Arme el segundo y no sirve, se calienta el integrado y los leds no encienden


----------



## Barry Lyndon (Oct 12, 2009)

Livestrong,hace un tiempo atras lei los post de 02 experimentados tecnicos de Sist.Audio/Video que armaron el 2do.Probador que expones(comunidadelectronicos)y se declaran satisfechos de sus resultados.¿Es posible que hayas cometido algun error involuntario en su conexionado? Te doy el link de los post que te he comentado,para que retomes la confianza, corrobores por ti mismo y hagas una exaustiva revision del tuyo: http://www.tecnicosaurios.com/foro/viewtopic.php?f=35&t=3192&hilit=probador+mosfet El probador y sus detalles de operacion se encuentra en: http://www.comunidadelectronicos.com/proyectos/probador-mosfet.htm En el cual se advierte que C1 no debe ser mayor que 10uF,pues,incidirian sobre el ''altas ctes.de fuga'' haciendo que se comporte como un corto-cicuito sin lograr cargarse.-


----------



## ilcapo (Nov 28, 2010)

hola !  Arme el circuito y tiene razon livestrong el circuito no funciona, ojo con la basura que anda dando vueltas por internet ! saludos !


----------



## Barry Lyndon (Dic 10, 2010)

ilcapo dijo:


> hola ! Arme el circuito y tiene razon livestrong el circuito no funciona, ojo con la basura que anda dando vueltas por internet ! saludos !

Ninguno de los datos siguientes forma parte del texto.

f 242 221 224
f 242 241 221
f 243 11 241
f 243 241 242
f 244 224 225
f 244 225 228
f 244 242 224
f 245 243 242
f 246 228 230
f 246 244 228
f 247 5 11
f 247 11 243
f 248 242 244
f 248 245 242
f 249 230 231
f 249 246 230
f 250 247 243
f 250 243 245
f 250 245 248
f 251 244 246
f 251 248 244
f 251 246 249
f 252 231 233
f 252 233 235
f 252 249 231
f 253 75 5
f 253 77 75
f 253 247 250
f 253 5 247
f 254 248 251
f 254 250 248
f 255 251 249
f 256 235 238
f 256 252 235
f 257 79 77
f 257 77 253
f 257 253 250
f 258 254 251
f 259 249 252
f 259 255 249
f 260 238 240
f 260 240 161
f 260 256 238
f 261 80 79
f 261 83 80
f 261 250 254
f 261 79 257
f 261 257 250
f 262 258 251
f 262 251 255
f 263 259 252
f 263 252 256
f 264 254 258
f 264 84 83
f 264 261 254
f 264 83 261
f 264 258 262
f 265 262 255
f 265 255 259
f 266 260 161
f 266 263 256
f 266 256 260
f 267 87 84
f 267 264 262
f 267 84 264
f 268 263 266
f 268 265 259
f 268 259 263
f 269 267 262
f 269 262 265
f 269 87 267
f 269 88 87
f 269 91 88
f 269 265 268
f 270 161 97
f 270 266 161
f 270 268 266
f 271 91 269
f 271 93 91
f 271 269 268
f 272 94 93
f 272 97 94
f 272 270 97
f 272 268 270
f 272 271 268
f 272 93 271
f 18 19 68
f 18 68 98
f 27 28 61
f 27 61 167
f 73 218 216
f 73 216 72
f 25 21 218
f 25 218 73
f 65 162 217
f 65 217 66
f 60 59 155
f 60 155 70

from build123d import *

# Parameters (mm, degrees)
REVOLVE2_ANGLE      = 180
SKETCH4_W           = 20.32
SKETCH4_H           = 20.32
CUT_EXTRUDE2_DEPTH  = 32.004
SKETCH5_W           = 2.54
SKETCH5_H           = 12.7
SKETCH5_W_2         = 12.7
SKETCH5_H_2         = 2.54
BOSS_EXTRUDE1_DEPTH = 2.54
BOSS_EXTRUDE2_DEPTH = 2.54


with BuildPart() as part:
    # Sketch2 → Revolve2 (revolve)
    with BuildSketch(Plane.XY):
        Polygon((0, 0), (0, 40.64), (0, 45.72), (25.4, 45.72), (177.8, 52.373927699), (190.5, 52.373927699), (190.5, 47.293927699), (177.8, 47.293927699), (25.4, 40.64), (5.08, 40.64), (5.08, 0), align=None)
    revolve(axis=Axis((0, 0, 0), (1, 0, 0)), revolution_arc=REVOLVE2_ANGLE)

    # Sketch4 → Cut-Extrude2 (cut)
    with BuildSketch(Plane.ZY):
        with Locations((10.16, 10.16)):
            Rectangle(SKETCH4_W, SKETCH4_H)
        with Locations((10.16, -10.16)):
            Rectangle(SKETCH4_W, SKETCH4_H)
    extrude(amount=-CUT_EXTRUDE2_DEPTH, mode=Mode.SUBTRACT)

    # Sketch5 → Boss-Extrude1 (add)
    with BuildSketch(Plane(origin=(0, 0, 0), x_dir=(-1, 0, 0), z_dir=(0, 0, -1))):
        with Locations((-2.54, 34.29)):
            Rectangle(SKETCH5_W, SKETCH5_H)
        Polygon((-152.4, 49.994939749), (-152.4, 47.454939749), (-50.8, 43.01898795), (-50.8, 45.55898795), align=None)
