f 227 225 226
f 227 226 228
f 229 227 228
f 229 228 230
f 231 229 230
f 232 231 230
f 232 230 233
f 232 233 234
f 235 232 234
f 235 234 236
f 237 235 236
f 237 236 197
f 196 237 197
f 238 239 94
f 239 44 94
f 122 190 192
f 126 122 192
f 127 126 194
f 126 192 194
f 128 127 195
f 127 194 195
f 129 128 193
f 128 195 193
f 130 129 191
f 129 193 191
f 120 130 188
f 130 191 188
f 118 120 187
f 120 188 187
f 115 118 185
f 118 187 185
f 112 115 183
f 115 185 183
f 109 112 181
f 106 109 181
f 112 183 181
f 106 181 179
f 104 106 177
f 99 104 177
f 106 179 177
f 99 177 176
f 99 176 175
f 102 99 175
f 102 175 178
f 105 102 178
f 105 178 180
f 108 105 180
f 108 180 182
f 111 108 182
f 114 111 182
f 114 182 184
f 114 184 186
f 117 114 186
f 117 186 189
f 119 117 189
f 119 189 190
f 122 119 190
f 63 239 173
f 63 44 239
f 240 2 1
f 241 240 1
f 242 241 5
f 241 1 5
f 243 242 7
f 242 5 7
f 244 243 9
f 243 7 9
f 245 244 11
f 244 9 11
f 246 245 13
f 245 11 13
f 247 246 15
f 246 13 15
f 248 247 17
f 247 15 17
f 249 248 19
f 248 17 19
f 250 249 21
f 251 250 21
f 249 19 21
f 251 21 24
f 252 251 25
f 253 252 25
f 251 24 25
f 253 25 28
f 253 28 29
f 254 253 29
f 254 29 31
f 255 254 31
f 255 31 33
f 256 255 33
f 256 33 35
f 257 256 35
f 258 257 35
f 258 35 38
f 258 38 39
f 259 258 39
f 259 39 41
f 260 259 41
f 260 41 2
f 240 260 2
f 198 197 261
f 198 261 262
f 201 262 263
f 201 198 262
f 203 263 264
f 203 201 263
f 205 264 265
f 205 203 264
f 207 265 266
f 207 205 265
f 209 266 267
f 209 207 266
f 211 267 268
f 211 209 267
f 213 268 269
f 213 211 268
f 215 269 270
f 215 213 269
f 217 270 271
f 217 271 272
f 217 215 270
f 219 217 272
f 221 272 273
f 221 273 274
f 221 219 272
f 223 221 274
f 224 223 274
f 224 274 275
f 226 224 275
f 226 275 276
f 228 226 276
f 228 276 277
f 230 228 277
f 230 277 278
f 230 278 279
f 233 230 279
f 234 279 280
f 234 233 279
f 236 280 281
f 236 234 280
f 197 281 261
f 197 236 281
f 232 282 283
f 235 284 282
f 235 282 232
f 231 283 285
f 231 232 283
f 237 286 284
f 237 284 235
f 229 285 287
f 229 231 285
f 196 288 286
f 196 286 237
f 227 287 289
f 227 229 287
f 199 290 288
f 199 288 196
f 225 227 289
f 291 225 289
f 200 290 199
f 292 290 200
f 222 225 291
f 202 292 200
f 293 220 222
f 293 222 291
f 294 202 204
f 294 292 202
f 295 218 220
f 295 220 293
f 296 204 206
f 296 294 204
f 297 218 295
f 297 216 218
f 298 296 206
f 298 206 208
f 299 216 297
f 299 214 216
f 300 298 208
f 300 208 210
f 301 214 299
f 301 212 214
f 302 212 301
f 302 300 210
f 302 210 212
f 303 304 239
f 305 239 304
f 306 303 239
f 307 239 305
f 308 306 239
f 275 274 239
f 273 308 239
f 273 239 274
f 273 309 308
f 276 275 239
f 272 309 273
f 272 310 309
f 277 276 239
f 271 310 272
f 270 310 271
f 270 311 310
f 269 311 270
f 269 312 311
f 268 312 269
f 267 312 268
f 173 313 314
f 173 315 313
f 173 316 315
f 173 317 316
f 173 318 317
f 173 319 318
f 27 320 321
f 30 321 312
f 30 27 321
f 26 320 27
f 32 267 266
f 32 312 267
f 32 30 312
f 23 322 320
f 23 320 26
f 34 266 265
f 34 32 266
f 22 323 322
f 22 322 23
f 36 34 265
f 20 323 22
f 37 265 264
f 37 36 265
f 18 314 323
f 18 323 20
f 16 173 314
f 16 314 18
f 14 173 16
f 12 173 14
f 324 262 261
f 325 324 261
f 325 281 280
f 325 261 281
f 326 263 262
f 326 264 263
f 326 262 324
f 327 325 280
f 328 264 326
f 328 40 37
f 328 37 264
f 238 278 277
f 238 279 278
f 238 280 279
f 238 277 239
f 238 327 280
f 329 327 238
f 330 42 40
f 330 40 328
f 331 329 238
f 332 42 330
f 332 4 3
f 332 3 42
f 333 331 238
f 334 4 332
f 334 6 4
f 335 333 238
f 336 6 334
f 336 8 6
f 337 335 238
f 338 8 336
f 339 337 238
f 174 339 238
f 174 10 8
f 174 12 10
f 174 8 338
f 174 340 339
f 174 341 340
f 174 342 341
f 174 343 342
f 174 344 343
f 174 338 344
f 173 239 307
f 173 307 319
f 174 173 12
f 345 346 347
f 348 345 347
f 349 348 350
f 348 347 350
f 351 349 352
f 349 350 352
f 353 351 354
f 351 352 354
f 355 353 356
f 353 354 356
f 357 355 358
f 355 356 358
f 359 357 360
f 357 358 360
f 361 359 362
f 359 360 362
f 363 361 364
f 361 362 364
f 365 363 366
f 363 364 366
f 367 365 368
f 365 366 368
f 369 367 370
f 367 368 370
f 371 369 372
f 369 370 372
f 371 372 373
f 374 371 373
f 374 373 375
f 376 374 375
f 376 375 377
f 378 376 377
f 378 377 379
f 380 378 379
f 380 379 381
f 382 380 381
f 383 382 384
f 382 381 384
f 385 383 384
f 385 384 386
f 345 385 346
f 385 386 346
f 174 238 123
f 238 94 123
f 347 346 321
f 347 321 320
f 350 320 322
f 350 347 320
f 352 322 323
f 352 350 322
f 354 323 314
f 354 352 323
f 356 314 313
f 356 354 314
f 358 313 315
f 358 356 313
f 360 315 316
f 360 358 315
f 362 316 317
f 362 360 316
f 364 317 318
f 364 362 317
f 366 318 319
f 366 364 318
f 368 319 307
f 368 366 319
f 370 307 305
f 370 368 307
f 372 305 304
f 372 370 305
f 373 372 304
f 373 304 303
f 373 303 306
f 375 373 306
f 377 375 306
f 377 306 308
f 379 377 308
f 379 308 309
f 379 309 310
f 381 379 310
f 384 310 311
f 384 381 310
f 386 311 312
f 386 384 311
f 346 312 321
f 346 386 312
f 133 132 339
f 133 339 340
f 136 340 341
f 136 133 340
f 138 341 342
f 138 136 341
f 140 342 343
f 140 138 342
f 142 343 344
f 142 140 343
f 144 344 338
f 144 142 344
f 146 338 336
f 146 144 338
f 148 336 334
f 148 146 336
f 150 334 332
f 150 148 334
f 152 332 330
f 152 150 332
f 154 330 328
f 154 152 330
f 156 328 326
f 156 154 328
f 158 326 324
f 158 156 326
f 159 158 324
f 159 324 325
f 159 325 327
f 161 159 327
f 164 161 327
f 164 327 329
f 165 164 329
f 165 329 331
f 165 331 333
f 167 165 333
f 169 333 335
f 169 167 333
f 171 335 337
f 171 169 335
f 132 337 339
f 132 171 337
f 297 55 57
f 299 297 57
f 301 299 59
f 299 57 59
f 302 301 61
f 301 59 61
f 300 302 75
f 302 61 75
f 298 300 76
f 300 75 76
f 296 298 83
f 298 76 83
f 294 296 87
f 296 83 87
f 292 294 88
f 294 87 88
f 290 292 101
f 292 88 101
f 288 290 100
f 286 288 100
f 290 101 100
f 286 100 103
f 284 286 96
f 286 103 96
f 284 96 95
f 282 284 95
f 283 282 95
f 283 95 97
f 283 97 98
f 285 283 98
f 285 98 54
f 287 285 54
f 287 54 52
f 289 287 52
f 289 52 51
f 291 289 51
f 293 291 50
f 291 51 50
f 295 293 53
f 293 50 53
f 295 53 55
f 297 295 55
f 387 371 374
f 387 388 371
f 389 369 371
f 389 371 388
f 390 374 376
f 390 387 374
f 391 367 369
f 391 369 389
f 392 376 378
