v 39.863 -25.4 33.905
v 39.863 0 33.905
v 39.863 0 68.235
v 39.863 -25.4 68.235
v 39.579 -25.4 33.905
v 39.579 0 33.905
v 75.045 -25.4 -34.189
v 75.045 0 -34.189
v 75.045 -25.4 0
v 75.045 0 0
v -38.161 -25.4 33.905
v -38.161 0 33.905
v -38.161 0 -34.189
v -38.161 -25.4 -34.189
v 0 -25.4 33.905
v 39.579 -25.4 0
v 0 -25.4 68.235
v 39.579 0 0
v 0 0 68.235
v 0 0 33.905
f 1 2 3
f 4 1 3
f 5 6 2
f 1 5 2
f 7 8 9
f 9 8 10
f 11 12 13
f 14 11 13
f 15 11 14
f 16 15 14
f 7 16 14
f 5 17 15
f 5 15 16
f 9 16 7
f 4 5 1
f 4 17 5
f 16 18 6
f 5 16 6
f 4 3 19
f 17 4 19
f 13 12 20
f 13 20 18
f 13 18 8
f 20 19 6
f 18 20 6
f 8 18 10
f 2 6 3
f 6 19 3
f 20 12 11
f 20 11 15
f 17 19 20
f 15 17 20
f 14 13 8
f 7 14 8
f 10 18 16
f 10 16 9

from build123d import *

# Parameters (mm, degrees)
F0_W     = 38.1607972085
F0_H     = 33.9049473405
F0_W_2   = 39.5794175565
F0_H_2   = 34.1886691749
F0_W_3   = 35.4654230177
F1_DEPTH = 25.4


with BuildPart() as f1:
    # F0 (on Front) → F1 (new body)
    with BuildSketch(Plane.XZ):
        with Locations((-19.0803986043, 16.9524736702)):
            Rectangle(F0_W, F0_H)
        Polygon((0, 68.2354792953), (0, 33.9049473405), (39.5794175565, 33.9049473405), (39.8631393909, 33.9049473405), (39.8631393909, 68.2354792953), align=None)
        with Locations((19.7897087783, 16.9524736702)):
            Rectangle(F0_W_2, F0_H)
        with Locations((-19.0803986043, -17.0943345875)):
            Rectangle(F0_W, F0_H_2)
        with Locations((19.7897087783, -17.0943345875)):
            Rectangle(F0_W_2, F0_H_2)
        with Locations((57.3121290654, -17.0943345875)):
            Rectangle(F0_W_3, F0_H_2)
    extrude(amount=F1_DEPTH)


solid = f1.part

¿Es posible que alguno de los orificios de insercion del I.C. este fuera de tolerancia o "desbocado"?


----------



## ilcapo (Dic 12, 2010)

Hola barry utilize otro IC con otro zócalo, pero sigue sin funcionar, vos lo armaste y te funcionó?? saludos


----------



## berto9 (Dic 15, 2010)

Yo lo he armado y enhorabuena por este apunte me esta salvando la papeleta....gracias


----------



## ilcapo (Dic 16, 2010)

y te funciono sin problemas Berto9 ??? yo modificandolo un poco logre que los leds se enciiendan ,,, el problema ahora es que se encienden pero estando los mosfets en buen estado o quemados jejeje,,,


----------



## berto9 (Dic 19, 2010)

Pues bueno lo estoy utilizando con los iRFP 260 y sus series,STW45NM50FD,con los que normalmente trabajo y ya te digo me detecta asta los que alguna vez falla el Gate,que son dificiles de detectar....


----------



## ilcapo (Dic 20, 2010)

Tenes algun IRF 640 para probarlo ?? yo solo tengo ese para probar si funciona el  probador de mosfets ,,, y no funciona,,, a lo mejor será por el diodo que trae adentro--->(ver datasheet) ??? 

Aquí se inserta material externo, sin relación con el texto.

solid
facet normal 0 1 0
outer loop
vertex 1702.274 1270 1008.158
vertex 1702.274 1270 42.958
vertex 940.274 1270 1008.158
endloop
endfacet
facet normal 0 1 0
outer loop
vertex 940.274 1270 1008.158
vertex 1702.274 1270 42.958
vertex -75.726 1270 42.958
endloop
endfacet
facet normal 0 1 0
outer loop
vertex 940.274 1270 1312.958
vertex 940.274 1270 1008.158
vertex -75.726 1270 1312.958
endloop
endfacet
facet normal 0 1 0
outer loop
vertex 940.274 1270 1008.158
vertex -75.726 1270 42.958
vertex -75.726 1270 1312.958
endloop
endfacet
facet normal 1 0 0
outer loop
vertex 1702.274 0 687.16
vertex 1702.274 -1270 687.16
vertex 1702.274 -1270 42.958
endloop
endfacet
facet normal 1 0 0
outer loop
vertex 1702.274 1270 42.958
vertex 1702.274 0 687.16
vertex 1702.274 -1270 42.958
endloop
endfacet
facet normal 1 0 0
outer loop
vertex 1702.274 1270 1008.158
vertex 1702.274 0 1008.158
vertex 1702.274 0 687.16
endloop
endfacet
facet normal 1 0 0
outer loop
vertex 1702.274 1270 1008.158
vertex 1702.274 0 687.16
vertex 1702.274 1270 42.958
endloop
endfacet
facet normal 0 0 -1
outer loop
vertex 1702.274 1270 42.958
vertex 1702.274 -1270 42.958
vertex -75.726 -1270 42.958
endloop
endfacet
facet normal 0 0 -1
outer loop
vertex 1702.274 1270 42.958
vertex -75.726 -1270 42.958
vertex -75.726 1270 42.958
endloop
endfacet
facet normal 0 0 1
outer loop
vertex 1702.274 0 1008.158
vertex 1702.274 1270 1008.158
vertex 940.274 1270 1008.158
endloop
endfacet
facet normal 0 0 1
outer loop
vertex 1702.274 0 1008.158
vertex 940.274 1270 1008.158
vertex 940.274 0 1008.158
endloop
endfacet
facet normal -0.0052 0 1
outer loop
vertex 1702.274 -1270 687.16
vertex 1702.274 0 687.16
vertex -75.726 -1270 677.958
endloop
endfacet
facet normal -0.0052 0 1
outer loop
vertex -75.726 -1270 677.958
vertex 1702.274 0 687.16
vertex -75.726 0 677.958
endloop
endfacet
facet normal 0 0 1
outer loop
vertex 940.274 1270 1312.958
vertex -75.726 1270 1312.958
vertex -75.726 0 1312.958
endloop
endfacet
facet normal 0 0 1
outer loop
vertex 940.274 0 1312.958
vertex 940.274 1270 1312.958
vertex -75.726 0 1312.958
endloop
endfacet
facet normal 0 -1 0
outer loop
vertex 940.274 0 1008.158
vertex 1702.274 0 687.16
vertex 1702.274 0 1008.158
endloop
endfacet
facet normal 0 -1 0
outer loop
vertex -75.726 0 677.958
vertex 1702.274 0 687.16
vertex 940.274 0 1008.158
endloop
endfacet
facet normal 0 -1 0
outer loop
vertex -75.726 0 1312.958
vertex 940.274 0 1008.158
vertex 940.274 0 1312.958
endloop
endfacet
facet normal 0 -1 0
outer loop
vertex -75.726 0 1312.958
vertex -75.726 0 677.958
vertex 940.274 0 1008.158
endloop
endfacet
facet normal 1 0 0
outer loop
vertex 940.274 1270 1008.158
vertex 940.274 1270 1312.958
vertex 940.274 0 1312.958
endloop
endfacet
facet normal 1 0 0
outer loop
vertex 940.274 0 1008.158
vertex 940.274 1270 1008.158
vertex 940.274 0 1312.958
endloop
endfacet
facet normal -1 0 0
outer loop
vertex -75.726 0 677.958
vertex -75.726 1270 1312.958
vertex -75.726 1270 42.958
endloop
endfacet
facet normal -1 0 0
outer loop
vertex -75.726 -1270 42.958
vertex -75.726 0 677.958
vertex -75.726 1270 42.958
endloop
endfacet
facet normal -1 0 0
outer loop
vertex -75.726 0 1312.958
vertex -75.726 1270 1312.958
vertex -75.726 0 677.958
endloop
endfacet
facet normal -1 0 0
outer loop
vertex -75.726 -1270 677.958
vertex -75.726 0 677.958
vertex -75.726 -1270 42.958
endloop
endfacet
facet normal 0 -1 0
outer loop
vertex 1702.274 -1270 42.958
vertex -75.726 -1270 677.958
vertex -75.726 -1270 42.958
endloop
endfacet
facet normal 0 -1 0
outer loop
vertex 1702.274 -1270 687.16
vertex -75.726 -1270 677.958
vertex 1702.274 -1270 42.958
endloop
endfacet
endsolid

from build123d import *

# Parameters (mm, degrees)
F1_DEPTH = 1270
F3_DEPTH = 1778
F4_W     = 1270
F4_H     = 304.8
F5_DEPTH = 1016


with BuildPart() as f1:
    # F0 (on Front) → F1 (new body)
    with BuildSketch(Plane.XZ):
        Polygon((1702.274184, 687.159657), (-75.725816, 677.957611), (-75.725816, 42.957611), (1702.274184, 42.957611), align=None)
    extrude(amount=F1_DEPTH)

    # F2 (on face) → F3 (join)
    with BuildSketch(Plane.YZ.offset(1702.274184)):
        Polygon((0, 687.159657), (0, 42.957611), (1270, 42.957611), (1270, 1008.157611), (0, 1008.157611), align=None)
    extrude(amount=-F3_DEPTH)

    # F4 (on face) → F5 (join)
    with BuildSketch(Plane(origin=(-75.725816, 0, 0), x_dir=(0, -1, 0), z_dir=(-1, 0, 0))):
        with Locations((-635, 1160.557611)):
            Rectangle(F4_W, F4_H)
    extrude(amount=-F5_DEPTH)


solid = f1.part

no creo que sea por esto porq el diodo es muy comun,,, pero es lo unico que se me ocurre que pueda estar molestando  

saludos !!!



			
				delafuente dijo:
			
		

> hola ese probador es para SCR no para mosfet
> 
> aguas con lo que bajas ....



lo probaste y te funciona bien con los SCR ? si tenes la info pasala a ver si hay algun error en el circuito publicado por nene en #1    saludos !


----------



## delafuente (Dic 20, 2010)

hola Ilcapo, lo utilizamos como equipo de laboratorio

si los 2 led se enciendes esta en corto el diodo interno
si enciende un diodo es de x polaridad
si enciende el otro es de otra polaridad
si no enciende esta quemado internamente

 asi lo usamos nosotros y no tenemos problemas 

dejame buscar el diagrama con las adecuaciones extras que le pusimos y funciona de forma automatica.

lo estamos rediseñanado para ver la posibilidad de que un numerico nos indique la polaridad o 
dañado, en cuanto lo tengo lo subo


----------



## berto9 (Dic 20, 2010)

Aqui tienes mi esquema y ya me cuentas.Yo al la primera no fui capaz de hacerlo marchar,hay que fijarseVer el archivo adjunto Probador de transistores MOS.doc


----------



## ilcapo (Dic 21, 2010)

OK gracias quedo a la espera del circuito  

y probando el de berto!

saludos !


----------



## rockberto (Ene 12, 2011)

bueno yo solucione el tema moviendo el pulsador a la linea k une la union del condensados con el cmos49049 a la resistencia de 10k, osea la linea vertical k viene justo despues de la resistencia de 2.2k


----------



## d0rad0 (Ene 13, 2011)

Pues yo lo he montado y con canal N funciona perfecto.

LO que pasa es que en alguna pagina las explicaciones estan equivocadas....

Por pasos al conectarlo se enciende solo uno de los leds parpadeando, esto debe ser así en los mosfet con diodo de proteccion.

Cuando pulsas el pulsador se encienden los dos. Probado con IRF630, IRFP250N, 7N60B, IRFZ44, y no se que mas, le puse todos los que tenia por la caja. De los IFRP250 uno me encendio los dos leds sin pulsar nada, lo comprobe y efestivamente en corto.

Lo he probado con un IRF9640 y nada no se poruqe no funciona.


----------



## ernestogn (Sep 17, 2011)

alguien seria tan amable de subir el PCB , me hise uno , con un pcb de mi diseño , tal ves sea la hora , pero no logro que ande como corresponde.
con los Mosfet , canal N anda .... tengo que mirar en el frasquito de los quemados aver si efectivamente detecta los que no andan

pero con los canal P no , todos , nuevos, usados , rotos y sanos los conecto y quedan parpadenado los 2 leds, aprete o no el pulsador . 


publico aqui mi PCB por si alguien tiene ganas de revisarla.

algunos valores estab cambiados, la R de 1k lapuse de 470 por que los leds brillavan poco y el C de 4.7 lo puse de 1uf para junto con una R de 100K para que se vea a aprox 1hz el destello.

EN la simulación con live wire, no me funciona tampoco con los Mosfet canal P.. asi que no se como es la cosa.


----------



## d0rad0 (Nov 19, 2011)

buff me olvide de este tema si a alguien le sigue interesando yo al final monte un probador de semiconductores con un PIC.

Yo lo he probador y funciona perfecto.


----------



## Rnl (Nov 22, 2012)

hola me puedes explicar un poco mas de tu probador de semiconductores y como te indica si esta dañado o esta bien


----------



## ilcapo (Nov 30, 2012)

hola dorado ahora que lo veo este mismo proyecto lo hizo un amigo pero nunca le funciono porque no lo pudo calibrar, podrias explicar como hiciste la calibracion ? gracias !


----------



## d0rad0 (Nov 30, 2012)

A ver hace tiempo que tengo el probador montado y cerrado en caja, pero creo que habia que corticircuitar las tres puntas, y arrancar la placa con el JP1 cerrado.


----------